Commodities & Metals

How 123,000 Tons of Alumina Can Just Evaporate

Warehouse
Source: Thinkstock
China’s shadow banking system has long depended on the use of stockpiles of commodity minerals in the country’s warehouses as collateral for loans that do not show up in China’s official lending statistics. Now 123,446 metric tons (tonnes) of alumina, the raw material from which aluminum is made, is gone from warehouses in the city of Qingdao and the alumina’s owner does not know where it is.

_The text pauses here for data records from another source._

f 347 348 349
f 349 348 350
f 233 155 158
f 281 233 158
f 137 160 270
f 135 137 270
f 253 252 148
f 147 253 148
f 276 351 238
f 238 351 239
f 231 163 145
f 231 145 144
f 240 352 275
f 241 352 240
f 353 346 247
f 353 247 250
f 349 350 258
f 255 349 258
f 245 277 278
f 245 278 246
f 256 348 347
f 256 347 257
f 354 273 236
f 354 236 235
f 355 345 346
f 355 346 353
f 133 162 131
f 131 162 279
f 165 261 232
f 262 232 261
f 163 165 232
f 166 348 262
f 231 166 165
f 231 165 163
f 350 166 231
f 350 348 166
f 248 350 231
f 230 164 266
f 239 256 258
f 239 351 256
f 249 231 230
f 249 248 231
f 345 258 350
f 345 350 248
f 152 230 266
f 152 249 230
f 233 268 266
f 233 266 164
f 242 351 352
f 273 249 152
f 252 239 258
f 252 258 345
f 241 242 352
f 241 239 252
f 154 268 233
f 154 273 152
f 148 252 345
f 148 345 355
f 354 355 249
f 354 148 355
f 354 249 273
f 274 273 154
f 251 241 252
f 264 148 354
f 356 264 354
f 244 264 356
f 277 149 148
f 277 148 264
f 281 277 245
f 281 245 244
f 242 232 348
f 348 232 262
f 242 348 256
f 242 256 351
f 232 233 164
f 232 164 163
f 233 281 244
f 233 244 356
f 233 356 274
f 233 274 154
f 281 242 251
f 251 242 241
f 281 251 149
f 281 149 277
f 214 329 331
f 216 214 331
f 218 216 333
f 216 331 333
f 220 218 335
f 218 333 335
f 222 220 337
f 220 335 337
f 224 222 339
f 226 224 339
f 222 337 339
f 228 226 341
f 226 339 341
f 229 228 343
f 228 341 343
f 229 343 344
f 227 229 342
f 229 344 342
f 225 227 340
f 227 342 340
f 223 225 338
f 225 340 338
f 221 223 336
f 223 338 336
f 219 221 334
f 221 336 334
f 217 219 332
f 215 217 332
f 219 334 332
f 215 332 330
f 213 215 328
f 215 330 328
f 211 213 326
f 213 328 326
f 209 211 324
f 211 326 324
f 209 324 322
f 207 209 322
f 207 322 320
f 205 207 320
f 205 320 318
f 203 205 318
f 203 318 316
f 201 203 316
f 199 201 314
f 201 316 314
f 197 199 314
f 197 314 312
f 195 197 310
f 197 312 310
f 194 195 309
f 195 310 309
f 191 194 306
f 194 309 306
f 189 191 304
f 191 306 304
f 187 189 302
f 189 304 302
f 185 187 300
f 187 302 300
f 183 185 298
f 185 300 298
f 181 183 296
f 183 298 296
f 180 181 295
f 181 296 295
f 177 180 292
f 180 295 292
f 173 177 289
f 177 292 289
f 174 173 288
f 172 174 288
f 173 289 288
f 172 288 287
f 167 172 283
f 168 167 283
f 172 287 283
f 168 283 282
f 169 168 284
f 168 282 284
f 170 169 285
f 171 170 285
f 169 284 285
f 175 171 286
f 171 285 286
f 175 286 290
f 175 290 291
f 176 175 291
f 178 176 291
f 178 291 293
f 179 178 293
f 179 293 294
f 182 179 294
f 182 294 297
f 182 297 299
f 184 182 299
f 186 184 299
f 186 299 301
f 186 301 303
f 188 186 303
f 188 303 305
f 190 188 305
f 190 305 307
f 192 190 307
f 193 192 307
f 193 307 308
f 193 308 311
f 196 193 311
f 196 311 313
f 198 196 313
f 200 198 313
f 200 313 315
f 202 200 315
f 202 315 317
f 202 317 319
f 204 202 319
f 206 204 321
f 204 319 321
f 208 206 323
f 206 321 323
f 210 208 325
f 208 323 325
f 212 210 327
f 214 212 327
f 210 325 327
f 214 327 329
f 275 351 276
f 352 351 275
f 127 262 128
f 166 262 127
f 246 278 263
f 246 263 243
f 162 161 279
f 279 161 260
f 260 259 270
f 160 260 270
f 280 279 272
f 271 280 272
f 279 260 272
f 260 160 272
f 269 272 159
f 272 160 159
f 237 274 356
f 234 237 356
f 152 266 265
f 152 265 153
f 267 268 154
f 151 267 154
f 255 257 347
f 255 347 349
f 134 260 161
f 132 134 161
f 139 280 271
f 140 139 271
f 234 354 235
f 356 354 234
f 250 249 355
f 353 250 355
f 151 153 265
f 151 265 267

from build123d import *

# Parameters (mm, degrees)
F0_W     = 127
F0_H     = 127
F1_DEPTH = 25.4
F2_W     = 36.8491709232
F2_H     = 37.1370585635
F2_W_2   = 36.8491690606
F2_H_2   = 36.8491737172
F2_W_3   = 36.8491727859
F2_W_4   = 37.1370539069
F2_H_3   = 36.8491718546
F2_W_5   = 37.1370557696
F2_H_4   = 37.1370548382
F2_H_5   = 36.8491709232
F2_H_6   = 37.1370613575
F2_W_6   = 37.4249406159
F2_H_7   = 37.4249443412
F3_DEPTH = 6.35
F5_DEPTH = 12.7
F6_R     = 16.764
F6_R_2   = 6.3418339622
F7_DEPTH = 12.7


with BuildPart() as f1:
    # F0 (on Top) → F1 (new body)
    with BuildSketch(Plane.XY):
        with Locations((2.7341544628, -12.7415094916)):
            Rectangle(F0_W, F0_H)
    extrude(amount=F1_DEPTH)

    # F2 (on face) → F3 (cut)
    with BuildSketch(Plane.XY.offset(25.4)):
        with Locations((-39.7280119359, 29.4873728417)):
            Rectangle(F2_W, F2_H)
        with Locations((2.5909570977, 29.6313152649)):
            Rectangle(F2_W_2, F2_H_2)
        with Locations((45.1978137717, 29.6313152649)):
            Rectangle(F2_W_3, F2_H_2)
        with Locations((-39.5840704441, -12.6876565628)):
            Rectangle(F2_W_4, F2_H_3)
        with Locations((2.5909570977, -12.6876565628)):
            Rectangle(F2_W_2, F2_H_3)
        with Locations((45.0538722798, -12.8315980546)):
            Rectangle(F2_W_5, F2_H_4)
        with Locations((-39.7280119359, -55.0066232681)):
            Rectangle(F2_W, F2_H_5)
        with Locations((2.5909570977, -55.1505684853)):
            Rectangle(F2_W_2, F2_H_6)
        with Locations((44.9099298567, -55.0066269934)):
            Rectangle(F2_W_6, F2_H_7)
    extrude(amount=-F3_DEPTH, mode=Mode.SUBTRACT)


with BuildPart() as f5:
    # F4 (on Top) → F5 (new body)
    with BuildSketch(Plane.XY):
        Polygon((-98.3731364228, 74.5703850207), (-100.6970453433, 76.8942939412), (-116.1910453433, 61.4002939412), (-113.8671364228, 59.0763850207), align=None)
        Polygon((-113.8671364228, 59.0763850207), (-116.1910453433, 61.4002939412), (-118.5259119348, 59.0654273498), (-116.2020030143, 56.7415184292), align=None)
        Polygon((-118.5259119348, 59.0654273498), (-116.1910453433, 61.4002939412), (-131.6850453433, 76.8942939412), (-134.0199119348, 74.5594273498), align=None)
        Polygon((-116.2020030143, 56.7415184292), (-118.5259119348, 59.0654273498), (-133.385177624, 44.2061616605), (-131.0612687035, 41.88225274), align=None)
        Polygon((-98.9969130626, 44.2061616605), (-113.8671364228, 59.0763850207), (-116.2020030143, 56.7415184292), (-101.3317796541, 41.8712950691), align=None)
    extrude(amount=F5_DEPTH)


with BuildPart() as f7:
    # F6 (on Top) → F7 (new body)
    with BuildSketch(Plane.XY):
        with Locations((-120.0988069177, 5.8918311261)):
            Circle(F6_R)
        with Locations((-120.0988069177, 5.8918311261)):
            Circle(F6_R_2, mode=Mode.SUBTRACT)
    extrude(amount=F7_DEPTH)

Citic Resources, the Hong Kong-listed trading group of China’s state-owned Citic Group, last week asked the court to freeze its inventory of 223,270 tonnes of alumina and nearly 7,500 tonnes of copper at Qingdao’s bonded warehouses at the Dagang docking area. According to the Financial Times, “Multiple parties are trying to establish claim to metal pledged as collateral by Dezheng Resources, a private power and aluminum producer.”

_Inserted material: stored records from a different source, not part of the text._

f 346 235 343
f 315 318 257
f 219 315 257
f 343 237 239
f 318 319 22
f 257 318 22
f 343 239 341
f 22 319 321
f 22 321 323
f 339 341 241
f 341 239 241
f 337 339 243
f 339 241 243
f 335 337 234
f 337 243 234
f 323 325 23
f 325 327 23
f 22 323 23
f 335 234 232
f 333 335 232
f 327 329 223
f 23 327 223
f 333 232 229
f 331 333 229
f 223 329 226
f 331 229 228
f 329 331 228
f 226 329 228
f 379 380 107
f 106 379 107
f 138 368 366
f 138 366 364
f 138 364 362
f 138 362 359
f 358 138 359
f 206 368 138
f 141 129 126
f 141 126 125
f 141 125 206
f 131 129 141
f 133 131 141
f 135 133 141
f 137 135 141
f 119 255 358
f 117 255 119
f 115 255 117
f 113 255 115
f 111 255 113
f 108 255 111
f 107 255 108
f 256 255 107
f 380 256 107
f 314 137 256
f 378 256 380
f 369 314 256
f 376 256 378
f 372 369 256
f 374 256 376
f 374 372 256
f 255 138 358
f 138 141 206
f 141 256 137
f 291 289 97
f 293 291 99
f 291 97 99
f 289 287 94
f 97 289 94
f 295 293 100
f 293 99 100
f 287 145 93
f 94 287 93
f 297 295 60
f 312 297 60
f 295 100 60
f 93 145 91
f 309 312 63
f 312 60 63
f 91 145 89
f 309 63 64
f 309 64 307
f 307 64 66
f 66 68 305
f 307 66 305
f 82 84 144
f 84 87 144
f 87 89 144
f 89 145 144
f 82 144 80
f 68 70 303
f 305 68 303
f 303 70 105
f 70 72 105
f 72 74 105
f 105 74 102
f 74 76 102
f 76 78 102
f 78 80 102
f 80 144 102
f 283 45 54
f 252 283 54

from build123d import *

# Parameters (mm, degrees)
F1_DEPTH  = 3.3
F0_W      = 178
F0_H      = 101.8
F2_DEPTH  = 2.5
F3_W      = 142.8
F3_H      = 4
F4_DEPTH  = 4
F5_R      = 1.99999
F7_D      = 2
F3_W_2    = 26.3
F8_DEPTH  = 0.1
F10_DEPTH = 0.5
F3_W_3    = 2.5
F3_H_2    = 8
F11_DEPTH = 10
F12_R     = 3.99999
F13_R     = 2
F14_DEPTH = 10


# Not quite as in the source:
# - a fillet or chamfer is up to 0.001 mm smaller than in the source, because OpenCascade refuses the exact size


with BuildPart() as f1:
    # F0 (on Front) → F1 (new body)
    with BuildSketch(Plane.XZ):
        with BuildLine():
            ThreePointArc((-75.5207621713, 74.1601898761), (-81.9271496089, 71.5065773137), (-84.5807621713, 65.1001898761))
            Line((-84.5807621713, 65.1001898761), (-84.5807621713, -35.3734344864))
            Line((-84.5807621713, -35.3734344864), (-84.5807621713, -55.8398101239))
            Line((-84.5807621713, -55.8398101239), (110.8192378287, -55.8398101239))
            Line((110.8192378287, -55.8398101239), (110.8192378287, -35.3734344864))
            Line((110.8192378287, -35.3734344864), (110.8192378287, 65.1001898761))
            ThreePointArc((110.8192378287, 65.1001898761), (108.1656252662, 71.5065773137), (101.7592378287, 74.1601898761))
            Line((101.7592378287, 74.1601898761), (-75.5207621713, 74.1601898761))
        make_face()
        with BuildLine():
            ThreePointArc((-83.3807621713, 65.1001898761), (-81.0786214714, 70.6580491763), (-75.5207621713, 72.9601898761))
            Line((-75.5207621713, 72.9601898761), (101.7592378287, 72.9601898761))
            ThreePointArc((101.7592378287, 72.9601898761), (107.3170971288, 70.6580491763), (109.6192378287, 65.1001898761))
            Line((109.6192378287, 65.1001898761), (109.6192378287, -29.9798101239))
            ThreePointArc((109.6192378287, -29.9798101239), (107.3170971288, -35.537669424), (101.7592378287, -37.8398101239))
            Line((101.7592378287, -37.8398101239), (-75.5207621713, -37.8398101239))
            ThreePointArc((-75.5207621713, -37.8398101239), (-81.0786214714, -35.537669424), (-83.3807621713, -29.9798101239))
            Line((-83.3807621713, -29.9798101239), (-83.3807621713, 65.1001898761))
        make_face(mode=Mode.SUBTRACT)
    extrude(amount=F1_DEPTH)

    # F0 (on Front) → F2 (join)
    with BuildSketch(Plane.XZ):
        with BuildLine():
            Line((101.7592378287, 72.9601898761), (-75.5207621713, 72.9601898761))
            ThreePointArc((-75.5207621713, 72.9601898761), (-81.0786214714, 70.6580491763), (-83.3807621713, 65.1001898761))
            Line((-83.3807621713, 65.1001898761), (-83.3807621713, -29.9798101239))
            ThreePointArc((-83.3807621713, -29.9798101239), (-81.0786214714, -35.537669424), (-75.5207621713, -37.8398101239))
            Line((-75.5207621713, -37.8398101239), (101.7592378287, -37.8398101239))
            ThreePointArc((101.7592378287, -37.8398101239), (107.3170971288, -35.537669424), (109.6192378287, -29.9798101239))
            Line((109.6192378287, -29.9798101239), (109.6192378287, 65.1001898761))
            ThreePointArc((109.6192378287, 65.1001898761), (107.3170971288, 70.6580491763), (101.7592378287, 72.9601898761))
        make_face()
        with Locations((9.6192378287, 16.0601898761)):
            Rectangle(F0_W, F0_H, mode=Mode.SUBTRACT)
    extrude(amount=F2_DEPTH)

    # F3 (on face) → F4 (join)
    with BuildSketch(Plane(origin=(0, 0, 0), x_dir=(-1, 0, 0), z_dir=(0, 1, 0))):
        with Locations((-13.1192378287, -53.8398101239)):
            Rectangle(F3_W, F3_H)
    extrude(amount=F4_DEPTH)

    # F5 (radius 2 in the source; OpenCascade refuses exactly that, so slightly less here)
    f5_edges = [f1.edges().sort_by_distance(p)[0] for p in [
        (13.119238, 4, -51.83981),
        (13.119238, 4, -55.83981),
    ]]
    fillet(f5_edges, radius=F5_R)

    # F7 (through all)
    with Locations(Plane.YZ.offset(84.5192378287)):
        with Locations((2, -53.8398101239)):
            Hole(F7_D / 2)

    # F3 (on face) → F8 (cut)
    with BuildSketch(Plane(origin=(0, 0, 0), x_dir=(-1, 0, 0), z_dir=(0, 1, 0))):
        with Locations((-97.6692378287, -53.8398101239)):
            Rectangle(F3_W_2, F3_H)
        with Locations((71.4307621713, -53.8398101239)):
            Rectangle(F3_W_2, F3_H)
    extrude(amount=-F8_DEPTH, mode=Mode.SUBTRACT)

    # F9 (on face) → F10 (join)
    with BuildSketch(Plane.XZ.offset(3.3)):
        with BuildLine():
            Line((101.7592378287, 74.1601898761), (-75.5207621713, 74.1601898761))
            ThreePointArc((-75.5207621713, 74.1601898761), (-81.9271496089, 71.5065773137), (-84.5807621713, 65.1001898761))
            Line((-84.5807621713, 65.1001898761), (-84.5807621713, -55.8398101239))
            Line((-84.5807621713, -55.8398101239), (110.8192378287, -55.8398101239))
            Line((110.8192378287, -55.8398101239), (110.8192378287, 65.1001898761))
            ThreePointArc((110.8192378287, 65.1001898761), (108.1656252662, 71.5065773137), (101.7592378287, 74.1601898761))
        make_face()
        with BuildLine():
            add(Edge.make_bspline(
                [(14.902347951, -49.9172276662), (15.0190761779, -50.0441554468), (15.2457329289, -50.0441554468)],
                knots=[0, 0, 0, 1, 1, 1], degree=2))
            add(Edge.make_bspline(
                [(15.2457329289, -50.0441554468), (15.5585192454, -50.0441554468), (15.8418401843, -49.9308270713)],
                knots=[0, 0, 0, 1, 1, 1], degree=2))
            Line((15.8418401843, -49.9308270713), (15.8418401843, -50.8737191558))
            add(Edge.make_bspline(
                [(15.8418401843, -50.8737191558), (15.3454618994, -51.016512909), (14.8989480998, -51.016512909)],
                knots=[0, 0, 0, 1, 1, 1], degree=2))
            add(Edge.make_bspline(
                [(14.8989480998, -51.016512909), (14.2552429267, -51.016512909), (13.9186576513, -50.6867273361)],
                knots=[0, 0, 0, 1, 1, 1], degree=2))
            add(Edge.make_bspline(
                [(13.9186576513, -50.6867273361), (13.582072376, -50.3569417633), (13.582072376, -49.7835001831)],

Citic Resources claims it has receipts and other documents supporting its claim to 223,000 tonnes of alumina. What it doesn’t have is 123,000 tonnes of the stuff, and the firm has no idea where it could be. An analyst at Macquarie told the Financial Times, “Everybody has been going through their receipts with magnifying glasses and heading to warehouses to look for their metal.”

Perhaps the stuff is hiding in plain sight somewhere, but the odds are against it. In the meantime, financing for copper and other commodity metal purchases in China have dried up, and until the amount in the stockpiles is determined, it is a fair bet to say that commodity purchases by Chinese traders will evaporate just like those tons of alumina.